• Data for analysis:
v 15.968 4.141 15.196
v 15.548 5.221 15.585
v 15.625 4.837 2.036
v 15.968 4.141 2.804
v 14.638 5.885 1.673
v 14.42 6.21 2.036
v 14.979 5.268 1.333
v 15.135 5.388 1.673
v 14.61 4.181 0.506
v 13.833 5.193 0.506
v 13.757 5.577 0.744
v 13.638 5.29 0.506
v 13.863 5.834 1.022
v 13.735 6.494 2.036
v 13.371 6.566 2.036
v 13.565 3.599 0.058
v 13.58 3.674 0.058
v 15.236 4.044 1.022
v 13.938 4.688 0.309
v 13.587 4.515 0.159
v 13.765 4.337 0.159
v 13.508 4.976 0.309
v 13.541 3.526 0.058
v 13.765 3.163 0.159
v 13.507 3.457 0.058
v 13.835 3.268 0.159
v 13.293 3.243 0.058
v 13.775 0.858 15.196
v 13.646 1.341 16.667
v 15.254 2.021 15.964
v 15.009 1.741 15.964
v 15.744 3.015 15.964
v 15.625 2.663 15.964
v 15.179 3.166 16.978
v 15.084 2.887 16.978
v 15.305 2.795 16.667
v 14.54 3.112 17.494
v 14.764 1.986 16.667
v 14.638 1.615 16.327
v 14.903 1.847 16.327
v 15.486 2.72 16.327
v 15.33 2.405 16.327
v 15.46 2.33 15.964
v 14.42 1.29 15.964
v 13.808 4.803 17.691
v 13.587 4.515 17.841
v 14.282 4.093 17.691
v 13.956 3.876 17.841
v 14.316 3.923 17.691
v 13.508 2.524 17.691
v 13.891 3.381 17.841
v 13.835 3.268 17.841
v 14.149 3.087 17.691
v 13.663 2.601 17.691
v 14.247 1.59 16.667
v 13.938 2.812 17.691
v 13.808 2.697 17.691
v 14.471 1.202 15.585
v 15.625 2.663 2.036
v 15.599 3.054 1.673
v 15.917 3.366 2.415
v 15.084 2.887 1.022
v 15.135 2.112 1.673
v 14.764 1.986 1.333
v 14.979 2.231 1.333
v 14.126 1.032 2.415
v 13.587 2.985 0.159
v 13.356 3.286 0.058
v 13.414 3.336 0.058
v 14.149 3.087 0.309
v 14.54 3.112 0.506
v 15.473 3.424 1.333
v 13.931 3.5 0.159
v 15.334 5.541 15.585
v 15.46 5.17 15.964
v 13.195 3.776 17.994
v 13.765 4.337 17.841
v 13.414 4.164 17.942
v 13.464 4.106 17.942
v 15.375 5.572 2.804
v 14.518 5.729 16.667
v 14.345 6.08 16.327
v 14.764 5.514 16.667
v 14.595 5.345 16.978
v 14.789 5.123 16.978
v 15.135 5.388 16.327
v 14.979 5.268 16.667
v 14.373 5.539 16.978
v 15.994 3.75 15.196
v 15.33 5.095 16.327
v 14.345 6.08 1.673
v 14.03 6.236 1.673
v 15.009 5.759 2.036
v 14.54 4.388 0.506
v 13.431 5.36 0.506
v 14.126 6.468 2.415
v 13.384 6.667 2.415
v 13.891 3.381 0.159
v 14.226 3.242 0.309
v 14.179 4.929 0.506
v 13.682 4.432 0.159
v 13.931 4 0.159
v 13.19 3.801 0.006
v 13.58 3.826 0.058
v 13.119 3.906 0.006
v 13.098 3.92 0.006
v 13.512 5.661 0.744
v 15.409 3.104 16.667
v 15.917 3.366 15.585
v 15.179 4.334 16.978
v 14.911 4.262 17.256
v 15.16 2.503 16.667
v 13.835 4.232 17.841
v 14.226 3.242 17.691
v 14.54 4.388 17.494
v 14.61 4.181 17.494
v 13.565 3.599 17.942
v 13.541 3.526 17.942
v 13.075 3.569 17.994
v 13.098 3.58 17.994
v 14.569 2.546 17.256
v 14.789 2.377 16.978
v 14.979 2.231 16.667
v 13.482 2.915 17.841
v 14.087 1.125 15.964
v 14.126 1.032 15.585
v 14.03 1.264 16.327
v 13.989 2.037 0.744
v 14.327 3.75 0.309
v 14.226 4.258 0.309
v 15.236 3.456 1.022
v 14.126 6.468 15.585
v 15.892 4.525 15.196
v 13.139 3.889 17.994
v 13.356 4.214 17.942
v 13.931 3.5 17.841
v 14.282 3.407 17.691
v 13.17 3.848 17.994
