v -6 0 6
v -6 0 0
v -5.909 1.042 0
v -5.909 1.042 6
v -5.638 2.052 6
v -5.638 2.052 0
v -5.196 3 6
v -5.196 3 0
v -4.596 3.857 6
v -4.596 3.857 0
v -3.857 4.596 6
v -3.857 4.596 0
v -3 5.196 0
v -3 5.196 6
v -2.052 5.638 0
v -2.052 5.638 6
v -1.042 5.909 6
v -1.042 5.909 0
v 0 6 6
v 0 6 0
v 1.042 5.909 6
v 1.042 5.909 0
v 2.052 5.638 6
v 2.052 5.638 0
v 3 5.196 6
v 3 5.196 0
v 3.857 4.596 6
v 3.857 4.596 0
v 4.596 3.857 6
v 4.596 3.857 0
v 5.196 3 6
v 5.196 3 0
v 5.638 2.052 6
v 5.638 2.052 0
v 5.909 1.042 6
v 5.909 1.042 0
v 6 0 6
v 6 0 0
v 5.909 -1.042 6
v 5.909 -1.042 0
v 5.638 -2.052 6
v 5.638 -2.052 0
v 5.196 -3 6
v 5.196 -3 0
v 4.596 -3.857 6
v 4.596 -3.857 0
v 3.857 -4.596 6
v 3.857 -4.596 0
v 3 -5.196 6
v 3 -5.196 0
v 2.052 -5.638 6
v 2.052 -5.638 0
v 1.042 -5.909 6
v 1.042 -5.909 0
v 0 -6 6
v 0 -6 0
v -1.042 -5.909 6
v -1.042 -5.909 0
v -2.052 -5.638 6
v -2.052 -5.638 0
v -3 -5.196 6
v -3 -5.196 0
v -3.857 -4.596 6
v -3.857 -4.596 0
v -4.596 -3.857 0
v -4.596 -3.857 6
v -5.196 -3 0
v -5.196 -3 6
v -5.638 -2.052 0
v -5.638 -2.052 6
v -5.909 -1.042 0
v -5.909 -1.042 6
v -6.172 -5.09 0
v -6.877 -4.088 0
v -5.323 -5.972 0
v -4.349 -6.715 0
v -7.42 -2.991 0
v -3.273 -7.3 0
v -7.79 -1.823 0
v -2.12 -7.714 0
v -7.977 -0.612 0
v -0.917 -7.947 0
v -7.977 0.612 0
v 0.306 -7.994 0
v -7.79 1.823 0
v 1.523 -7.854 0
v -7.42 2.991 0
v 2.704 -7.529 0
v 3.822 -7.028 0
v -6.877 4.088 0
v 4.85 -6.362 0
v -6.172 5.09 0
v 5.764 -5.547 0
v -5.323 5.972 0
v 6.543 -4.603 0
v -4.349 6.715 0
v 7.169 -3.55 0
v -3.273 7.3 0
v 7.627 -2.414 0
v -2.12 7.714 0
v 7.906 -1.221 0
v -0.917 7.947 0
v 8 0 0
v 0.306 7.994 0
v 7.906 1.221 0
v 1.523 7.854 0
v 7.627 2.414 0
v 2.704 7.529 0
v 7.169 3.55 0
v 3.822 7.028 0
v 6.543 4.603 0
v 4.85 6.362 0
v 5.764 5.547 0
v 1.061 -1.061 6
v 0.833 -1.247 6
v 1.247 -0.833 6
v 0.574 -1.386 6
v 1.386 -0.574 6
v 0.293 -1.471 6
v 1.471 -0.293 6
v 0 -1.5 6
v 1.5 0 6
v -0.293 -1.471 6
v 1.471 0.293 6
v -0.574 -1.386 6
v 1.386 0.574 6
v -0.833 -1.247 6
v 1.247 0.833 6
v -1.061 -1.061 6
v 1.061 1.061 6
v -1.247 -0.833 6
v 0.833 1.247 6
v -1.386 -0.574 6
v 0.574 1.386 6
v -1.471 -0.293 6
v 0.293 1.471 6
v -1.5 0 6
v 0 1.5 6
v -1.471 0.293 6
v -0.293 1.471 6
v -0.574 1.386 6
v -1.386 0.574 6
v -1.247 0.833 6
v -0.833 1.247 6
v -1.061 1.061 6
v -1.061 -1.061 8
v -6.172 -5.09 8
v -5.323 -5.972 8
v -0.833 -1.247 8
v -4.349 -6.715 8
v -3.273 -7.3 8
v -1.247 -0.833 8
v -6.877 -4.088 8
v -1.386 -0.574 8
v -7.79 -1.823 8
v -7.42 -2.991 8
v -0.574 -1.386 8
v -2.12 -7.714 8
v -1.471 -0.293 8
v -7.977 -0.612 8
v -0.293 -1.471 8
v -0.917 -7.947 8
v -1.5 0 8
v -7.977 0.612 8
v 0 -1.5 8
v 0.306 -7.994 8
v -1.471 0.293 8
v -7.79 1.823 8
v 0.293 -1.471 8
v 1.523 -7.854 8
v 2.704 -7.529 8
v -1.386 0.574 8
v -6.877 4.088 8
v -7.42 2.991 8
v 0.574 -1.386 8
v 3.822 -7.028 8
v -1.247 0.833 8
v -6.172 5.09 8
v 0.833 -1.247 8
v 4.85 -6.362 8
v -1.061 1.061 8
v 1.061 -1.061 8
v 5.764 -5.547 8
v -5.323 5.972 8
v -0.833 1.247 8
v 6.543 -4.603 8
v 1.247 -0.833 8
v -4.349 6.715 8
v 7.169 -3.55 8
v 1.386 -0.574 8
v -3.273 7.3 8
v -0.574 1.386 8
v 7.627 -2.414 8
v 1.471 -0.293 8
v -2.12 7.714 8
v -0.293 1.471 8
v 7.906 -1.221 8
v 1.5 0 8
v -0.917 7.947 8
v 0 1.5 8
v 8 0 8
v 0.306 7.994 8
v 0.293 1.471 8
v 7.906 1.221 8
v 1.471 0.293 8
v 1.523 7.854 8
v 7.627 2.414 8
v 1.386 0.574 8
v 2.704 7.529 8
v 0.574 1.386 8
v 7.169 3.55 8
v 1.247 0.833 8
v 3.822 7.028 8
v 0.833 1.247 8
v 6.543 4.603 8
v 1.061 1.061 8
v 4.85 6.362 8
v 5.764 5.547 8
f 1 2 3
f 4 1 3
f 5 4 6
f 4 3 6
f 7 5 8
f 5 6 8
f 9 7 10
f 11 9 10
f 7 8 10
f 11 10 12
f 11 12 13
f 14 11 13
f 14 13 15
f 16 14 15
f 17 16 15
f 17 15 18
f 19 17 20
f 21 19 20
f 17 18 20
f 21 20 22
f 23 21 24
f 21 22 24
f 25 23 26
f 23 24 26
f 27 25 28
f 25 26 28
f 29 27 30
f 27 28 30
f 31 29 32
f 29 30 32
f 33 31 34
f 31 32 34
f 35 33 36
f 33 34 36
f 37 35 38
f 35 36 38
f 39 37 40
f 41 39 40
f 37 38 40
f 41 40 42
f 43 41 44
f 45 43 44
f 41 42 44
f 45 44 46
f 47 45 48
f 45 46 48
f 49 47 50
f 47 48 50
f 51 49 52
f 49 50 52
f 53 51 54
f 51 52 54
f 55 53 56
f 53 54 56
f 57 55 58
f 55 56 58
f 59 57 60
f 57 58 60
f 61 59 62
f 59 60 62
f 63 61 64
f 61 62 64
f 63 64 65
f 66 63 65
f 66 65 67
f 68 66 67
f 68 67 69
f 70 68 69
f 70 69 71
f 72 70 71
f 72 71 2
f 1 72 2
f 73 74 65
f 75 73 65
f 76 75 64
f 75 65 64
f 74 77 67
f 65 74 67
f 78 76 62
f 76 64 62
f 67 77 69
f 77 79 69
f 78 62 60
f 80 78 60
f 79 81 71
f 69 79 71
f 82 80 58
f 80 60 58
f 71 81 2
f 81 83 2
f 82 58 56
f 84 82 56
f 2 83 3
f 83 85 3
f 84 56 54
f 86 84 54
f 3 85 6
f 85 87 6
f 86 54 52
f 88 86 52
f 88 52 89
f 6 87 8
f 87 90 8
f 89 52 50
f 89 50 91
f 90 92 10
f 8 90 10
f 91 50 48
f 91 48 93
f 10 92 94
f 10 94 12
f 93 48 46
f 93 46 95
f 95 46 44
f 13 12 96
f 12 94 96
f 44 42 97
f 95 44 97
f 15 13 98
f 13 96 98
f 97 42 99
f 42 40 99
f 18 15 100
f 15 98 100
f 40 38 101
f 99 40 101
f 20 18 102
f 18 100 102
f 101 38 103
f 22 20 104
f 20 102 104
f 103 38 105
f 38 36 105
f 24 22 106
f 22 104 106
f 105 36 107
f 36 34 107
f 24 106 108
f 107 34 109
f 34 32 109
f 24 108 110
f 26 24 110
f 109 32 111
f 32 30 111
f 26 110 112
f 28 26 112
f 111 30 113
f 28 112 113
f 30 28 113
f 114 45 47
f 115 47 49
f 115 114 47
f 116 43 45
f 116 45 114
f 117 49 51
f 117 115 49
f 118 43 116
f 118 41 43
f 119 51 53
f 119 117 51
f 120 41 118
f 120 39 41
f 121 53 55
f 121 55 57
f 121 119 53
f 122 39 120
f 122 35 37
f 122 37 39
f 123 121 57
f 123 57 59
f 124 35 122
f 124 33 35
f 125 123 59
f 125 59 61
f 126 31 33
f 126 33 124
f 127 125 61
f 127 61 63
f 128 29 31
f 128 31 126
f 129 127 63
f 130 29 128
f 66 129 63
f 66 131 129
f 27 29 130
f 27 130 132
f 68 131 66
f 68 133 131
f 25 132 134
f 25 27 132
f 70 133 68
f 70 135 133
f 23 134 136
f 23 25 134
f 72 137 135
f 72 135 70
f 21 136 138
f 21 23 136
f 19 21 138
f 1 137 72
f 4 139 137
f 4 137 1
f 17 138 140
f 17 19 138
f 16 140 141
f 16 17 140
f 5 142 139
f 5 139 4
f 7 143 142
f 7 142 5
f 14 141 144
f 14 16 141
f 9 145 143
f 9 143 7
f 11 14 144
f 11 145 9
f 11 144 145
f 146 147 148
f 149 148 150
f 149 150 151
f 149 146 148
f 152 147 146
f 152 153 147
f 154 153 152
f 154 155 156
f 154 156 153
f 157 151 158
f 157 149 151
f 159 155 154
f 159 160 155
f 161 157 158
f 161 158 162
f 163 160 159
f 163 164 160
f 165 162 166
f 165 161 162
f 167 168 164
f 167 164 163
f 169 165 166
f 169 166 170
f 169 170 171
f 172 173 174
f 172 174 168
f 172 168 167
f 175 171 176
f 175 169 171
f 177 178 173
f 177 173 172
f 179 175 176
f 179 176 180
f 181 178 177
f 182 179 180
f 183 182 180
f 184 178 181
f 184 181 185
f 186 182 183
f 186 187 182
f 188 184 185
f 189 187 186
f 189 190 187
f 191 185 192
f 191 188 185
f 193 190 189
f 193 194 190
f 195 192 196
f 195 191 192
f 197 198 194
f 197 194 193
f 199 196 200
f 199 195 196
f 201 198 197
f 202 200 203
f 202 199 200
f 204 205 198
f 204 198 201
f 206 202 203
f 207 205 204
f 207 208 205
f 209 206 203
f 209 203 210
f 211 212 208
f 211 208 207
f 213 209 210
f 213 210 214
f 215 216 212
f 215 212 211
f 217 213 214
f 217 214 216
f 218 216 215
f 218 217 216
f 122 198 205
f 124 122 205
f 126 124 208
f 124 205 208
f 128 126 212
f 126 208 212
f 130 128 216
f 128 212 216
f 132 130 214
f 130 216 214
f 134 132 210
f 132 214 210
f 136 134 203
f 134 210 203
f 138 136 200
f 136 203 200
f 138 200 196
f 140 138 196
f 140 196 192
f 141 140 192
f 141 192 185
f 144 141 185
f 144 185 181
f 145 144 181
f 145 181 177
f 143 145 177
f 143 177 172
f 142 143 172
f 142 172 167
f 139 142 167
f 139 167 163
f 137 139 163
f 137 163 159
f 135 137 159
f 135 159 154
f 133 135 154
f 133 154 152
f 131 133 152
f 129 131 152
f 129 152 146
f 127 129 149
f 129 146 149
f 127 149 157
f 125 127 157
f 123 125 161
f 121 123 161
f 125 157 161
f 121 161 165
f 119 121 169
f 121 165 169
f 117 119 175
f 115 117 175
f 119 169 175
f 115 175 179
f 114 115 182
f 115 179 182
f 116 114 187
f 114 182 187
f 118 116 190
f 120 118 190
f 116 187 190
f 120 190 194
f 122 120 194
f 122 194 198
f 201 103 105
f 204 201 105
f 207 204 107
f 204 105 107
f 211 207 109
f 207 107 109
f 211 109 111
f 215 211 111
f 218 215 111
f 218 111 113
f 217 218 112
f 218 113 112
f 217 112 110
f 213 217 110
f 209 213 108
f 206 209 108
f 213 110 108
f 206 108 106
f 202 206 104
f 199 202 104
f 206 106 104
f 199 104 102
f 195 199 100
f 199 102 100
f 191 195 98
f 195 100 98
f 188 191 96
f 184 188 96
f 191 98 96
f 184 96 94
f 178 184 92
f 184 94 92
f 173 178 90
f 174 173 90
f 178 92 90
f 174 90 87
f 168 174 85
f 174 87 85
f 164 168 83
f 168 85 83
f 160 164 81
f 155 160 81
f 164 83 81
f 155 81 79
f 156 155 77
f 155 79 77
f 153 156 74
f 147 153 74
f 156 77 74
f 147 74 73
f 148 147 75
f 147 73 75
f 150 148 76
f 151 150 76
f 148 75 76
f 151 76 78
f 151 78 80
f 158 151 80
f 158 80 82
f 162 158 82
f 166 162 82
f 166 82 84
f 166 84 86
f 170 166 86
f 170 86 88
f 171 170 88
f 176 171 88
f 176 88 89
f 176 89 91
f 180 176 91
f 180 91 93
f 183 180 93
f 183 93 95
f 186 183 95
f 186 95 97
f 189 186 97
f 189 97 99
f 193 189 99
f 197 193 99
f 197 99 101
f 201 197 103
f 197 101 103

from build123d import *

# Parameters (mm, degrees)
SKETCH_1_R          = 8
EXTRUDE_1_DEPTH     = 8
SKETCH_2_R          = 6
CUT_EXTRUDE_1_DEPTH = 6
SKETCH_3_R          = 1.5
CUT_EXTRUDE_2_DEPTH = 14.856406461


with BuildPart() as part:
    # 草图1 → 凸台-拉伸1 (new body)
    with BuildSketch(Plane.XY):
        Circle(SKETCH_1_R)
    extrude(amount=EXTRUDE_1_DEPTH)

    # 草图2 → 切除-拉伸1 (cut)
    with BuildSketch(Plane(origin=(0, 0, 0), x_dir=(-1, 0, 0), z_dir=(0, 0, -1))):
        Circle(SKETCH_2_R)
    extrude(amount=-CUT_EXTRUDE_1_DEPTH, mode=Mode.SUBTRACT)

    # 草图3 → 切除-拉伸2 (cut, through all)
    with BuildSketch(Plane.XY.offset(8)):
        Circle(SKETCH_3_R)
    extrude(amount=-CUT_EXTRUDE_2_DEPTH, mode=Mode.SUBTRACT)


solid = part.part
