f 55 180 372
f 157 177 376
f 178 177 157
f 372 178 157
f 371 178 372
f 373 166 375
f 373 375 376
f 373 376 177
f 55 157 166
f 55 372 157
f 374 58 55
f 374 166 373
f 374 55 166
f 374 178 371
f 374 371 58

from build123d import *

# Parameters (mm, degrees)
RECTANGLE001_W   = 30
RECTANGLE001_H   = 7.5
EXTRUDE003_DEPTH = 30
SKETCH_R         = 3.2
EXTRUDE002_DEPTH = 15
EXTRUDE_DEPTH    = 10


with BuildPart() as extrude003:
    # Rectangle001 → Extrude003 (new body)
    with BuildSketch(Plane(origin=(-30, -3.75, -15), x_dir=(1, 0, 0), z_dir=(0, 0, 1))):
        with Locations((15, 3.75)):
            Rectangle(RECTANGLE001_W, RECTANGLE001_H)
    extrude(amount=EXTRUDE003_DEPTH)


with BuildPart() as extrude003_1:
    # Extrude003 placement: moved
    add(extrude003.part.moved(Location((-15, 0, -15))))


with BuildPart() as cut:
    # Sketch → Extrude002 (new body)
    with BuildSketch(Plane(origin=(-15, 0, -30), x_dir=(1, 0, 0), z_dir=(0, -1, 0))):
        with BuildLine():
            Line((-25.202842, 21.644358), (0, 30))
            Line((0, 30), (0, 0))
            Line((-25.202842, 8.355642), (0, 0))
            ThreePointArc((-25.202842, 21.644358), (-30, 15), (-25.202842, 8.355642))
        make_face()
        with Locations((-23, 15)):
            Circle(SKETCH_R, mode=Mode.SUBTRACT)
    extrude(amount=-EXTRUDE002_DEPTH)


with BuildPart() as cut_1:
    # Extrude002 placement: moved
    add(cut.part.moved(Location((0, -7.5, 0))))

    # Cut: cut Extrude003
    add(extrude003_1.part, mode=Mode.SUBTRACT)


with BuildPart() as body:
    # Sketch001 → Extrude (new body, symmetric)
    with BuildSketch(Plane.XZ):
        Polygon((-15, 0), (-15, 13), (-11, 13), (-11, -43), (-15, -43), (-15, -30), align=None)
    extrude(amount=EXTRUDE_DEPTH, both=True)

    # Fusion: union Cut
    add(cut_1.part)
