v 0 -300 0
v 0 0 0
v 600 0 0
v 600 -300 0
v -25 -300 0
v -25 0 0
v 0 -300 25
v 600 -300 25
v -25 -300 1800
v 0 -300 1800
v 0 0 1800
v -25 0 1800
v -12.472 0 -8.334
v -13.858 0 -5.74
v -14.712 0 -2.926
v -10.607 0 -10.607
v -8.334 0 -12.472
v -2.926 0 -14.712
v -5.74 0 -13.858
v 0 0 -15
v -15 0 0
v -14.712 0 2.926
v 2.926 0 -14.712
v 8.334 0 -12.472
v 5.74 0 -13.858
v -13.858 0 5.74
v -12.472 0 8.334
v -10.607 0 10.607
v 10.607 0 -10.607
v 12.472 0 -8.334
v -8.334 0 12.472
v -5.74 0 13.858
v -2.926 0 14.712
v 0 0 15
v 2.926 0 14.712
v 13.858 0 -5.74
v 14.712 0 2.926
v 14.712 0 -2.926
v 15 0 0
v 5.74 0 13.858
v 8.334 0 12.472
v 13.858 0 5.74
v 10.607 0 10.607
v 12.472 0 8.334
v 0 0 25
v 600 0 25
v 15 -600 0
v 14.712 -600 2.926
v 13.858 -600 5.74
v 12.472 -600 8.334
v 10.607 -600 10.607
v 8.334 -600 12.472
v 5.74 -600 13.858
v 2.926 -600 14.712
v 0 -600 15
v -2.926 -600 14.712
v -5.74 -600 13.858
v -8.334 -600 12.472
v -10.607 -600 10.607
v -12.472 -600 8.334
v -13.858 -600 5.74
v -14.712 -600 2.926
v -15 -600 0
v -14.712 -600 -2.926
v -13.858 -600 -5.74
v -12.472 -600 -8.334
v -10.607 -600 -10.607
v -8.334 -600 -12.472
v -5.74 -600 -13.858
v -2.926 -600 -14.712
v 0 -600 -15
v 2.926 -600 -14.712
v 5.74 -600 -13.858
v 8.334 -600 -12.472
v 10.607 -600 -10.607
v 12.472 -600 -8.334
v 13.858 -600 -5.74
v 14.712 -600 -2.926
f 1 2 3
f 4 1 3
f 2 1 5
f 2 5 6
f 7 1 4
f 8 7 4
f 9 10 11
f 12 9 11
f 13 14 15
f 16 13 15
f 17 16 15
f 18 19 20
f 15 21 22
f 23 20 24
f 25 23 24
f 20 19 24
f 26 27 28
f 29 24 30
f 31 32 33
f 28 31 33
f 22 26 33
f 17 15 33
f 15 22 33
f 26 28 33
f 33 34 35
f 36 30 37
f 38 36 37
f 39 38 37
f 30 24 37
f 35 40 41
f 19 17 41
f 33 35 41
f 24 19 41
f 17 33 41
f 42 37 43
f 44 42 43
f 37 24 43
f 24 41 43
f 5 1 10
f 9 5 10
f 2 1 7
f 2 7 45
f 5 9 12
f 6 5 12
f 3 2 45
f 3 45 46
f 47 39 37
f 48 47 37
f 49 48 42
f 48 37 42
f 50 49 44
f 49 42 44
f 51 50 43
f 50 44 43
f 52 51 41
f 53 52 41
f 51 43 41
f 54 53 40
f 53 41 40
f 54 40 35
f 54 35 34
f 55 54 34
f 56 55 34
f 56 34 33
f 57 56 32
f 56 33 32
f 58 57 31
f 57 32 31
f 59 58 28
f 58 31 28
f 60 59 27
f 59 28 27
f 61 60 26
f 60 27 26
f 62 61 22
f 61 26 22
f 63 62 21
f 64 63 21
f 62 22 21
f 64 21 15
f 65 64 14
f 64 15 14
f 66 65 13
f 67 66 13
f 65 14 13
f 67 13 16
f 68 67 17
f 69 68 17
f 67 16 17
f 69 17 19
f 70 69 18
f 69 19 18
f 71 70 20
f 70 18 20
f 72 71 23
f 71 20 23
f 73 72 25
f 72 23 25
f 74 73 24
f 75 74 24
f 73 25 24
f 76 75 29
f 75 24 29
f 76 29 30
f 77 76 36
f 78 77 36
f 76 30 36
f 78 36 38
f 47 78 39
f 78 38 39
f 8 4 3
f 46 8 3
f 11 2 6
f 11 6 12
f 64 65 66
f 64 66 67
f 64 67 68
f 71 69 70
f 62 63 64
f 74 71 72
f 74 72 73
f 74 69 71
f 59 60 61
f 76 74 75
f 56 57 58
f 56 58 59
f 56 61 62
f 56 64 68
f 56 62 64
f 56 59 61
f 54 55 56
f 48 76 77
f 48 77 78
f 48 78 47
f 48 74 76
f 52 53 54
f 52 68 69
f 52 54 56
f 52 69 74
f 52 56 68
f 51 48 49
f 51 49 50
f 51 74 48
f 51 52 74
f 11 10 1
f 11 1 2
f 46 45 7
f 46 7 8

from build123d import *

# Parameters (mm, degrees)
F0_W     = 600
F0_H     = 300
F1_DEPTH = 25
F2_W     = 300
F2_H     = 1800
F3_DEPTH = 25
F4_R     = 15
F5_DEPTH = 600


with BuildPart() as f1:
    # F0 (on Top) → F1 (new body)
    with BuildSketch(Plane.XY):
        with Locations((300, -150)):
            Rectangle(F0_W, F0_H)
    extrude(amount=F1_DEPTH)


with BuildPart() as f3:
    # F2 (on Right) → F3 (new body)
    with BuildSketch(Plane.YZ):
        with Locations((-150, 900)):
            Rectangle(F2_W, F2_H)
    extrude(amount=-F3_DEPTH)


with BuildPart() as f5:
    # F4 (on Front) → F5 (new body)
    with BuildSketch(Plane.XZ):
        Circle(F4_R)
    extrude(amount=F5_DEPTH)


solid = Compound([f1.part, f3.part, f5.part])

• What the exercise asks:
Please copy the lines in the records above between the one holding "v -1.247 0.833 6" and the one holding "v 3.822 -7.028 8", inclusive, exactly and with no other line.

• Answer section:
v -1.247 0.833 6
v -0.833 1.247 6
v -1.061 1.061 6
v -1.061 -1.061 8
v -6.172 -5.09 8
v -5.323 -5.972 8
v -0.833 -1.247 8
v -4.349 -6.715 8
v -3.273 -7.3 8
v -1.247 -0.833 8
v -6.877 -4.088 8
v -1.386 -0.574 8
v -7.79 -1.823 8
v -7.42 -2.991 8
v -0.574 -1.386 8
v -2.12 -7.714 8
v -1.471 -0.293 8
v -7.977 -0.612 8
v -0.293 -1.471 8
v -0.917 -7.947 8
v -1.5 0 8
v -7.977 0.612 8
v 0 -1.5 8
v 0.306 -7.994 8
v -1.471 0.293 8
v -7.79 1.823 8
v 0.293 -1.471 8
v 1.523 -7.854 8
v 2.704 -7.529 8
v -1.386 0.574 8
v -6.877 4.088 8
v -7.42 2.991 8
v 0.574 -1.386 8
v 3.822 -7.028 8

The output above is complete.